● WHAT TO PRODUCE
Write out again, exactly, the lines below starting at the one with "v 213.821 21.655 9.525" and ending at the one with "v 139.7 0.036 12.7".

● SUPPLIED RECORDS
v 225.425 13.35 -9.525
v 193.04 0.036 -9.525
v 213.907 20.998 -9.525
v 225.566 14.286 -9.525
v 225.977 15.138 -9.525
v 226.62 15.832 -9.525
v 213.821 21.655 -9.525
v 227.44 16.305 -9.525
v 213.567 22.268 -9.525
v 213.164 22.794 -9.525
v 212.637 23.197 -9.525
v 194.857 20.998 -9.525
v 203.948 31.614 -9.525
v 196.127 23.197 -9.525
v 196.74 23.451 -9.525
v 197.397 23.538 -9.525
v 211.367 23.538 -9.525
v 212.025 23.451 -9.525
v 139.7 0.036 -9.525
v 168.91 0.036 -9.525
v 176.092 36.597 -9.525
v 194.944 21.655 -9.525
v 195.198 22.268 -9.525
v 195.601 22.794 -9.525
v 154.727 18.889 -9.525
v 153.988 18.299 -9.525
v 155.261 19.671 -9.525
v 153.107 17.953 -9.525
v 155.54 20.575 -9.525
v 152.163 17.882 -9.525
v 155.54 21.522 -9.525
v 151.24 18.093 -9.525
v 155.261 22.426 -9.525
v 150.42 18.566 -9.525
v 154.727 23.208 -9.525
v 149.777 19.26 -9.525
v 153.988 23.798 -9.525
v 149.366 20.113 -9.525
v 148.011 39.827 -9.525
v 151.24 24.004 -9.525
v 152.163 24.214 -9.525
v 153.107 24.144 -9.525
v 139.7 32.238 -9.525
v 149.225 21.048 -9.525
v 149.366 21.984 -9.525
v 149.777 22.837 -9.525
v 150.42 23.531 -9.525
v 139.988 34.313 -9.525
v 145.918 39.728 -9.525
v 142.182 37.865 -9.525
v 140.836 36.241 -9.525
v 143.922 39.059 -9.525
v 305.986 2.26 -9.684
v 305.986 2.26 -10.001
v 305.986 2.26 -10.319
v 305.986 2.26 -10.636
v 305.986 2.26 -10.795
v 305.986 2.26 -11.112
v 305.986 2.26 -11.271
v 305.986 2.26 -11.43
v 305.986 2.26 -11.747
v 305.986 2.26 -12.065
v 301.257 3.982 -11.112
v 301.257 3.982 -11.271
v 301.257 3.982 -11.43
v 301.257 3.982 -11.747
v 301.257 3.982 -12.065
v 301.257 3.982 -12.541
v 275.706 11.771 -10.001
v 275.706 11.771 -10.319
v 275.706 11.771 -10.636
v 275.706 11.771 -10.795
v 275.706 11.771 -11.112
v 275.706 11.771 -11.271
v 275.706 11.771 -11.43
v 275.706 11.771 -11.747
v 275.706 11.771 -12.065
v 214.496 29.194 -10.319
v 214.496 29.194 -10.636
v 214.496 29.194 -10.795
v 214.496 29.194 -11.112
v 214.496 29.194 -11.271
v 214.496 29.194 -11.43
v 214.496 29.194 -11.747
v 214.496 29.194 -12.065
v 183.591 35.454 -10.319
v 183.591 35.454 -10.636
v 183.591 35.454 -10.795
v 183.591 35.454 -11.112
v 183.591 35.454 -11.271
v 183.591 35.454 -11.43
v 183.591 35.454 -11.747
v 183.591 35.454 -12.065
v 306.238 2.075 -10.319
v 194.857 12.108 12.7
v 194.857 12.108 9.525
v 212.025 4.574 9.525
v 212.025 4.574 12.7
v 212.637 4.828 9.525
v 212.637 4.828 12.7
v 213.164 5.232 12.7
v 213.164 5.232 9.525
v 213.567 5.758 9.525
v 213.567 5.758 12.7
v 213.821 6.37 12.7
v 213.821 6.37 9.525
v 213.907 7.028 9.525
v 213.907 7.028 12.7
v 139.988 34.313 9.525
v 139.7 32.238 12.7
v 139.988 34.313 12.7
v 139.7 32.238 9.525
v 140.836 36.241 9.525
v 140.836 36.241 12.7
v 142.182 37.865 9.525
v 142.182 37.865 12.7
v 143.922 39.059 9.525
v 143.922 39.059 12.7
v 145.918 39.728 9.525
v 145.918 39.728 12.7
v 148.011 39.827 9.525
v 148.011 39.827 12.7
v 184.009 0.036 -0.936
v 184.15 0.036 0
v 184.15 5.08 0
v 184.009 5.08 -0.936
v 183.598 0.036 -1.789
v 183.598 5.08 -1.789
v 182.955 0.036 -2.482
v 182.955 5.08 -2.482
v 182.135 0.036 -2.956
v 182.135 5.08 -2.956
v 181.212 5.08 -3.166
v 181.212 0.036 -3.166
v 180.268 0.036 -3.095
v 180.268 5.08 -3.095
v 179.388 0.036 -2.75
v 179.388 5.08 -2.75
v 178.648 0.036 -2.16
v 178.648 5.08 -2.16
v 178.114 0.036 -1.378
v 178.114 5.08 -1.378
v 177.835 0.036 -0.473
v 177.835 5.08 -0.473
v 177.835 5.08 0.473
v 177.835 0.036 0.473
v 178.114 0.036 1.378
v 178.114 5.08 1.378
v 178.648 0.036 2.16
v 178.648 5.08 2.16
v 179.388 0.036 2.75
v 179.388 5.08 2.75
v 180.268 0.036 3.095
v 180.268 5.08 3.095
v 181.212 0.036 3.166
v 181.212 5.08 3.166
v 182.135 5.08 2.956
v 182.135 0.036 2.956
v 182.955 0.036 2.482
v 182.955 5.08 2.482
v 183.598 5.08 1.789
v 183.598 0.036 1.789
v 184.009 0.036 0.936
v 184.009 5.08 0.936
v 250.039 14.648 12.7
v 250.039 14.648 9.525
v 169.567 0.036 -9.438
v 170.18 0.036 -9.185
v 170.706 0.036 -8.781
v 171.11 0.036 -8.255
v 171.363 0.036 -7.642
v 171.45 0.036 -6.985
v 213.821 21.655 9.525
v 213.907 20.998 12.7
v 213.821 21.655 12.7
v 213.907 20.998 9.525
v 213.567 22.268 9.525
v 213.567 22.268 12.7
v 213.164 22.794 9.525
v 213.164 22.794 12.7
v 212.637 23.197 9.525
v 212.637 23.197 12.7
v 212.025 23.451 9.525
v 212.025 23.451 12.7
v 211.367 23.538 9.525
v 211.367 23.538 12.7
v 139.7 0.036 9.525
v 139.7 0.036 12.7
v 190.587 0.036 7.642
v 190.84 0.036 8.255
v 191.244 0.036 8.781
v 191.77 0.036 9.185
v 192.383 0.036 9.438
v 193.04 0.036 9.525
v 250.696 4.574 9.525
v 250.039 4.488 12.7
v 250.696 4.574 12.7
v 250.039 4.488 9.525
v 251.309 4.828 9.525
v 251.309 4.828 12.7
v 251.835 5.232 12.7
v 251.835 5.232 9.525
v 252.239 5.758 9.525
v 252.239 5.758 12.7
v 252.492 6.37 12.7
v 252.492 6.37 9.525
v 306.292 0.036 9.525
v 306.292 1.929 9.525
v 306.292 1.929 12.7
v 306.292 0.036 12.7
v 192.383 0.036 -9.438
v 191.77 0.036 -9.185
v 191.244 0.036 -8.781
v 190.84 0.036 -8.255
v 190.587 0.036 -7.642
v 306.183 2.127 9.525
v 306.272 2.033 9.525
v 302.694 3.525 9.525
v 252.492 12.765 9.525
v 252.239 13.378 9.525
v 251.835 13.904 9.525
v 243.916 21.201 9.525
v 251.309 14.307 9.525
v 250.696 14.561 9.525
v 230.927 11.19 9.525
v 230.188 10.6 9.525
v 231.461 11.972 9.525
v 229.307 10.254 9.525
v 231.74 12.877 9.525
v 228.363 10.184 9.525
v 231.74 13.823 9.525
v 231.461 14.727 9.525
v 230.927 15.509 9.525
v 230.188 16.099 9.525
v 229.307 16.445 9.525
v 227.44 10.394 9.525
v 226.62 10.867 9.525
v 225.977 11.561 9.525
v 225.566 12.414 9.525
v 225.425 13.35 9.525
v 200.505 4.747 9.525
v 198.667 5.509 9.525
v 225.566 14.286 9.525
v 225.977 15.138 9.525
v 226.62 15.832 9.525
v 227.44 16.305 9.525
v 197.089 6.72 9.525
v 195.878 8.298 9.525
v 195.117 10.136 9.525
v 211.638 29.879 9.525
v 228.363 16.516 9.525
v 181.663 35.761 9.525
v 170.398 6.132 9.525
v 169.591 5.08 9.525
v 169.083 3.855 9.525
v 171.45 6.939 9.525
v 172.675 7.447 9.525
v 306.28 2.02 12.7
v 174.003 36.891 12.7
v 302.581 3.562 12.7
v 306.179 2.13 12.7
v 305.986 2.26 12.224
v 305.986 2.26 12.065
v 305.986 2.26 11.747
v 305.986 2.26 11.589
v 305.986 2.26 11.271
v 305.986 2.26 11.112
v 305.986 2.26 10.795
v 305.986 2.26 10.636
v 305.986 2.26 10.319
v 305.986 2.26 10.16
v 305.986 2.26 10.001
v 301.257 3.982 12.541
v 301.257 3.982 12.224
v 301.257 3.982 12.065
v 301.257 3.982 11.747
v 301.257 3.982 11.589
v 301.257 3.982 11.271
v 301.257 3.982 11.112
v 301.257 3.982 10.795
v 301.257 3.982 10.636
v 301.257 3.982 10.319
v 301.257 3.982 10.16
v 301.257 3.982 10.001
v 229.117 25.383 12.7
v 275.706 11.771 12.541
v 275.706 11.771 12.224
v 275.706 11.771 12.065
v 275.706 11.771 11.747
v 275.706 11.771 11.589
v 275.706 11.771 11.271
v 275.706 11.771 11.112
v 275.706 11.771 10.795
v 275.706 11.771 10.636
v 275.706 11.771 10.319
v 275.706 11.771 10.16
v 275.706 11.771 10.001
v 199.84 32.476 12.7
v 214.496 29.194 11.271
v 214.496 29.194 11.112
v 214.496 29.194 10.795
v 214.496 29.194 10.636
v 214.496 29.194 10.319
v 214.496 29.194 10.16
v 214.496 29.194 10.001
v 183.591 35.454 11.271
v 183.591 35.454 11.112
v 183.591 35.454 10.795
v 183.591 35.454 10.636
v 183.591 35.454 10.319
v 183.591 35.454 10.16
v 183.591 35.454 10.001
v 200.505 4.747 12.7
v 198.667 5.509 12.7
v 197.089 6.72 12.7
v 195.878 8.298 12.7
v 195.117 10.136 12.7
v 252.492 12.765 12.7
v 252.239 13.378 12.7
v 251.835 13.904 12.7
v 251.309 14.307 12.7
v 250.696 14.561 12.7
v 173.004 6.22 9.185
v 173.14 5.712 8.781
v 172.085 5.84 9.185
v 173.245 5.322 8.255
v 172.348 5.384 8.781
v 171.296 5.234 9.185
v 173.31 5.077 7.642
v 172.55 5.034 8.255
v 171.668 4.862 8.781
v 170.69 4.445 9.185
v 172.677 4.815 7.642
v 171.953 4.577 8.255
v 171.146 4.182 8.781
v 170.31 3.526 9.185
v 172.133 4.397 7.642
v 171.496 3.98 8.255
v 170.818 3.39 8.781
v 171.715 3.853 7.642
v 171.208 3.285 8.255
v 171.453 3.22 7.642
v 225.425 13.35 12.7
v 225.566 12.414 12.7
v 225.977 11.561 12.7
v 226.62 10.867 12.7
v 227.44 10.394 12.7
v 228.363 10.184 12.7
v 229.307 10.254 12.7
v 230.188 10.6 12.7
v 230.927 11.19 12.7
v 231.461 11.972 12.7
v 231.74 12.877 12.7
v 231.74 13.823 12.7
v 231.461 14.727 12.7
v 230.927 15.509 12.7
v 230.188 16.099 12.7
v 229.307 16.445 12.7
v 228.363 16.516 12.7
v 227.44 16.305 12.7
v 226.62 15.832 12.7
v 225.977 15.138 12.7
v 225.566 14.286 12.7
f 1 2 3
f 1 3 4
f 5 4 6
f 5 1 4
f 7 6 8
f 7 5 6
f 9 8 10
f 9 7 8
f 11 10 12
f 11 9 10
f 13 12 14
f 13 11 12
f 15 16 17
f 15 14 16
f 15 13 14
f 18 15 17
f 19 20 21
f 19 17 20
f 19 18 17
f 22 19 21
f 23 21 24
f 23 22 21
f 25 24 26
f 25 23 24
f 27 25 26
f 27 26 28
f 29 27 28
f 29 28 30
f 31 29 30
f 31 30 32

● RESPONSE TO THE TASK
v 213.821 21.655 9.525
v 213.907 20.998 12.7
v 213.821 21.655 12.7
v 213.907 20.998 9.525
v 213.567 22.268 9.525
v 213.567 22.268 12.7
v 213.164 22.794 9.525
v 213.164 22.794 12.7
v 212.637 23.197 9.525
v 212.637 23.197 12.7
v 212.025 23.451 9.525
v 212.025 23.451 12.7
v 211.367 23.538 9.525
v 211.367 23.538 12.7
v 139.7 0.036 9.525
v 139.7 0.036 12.7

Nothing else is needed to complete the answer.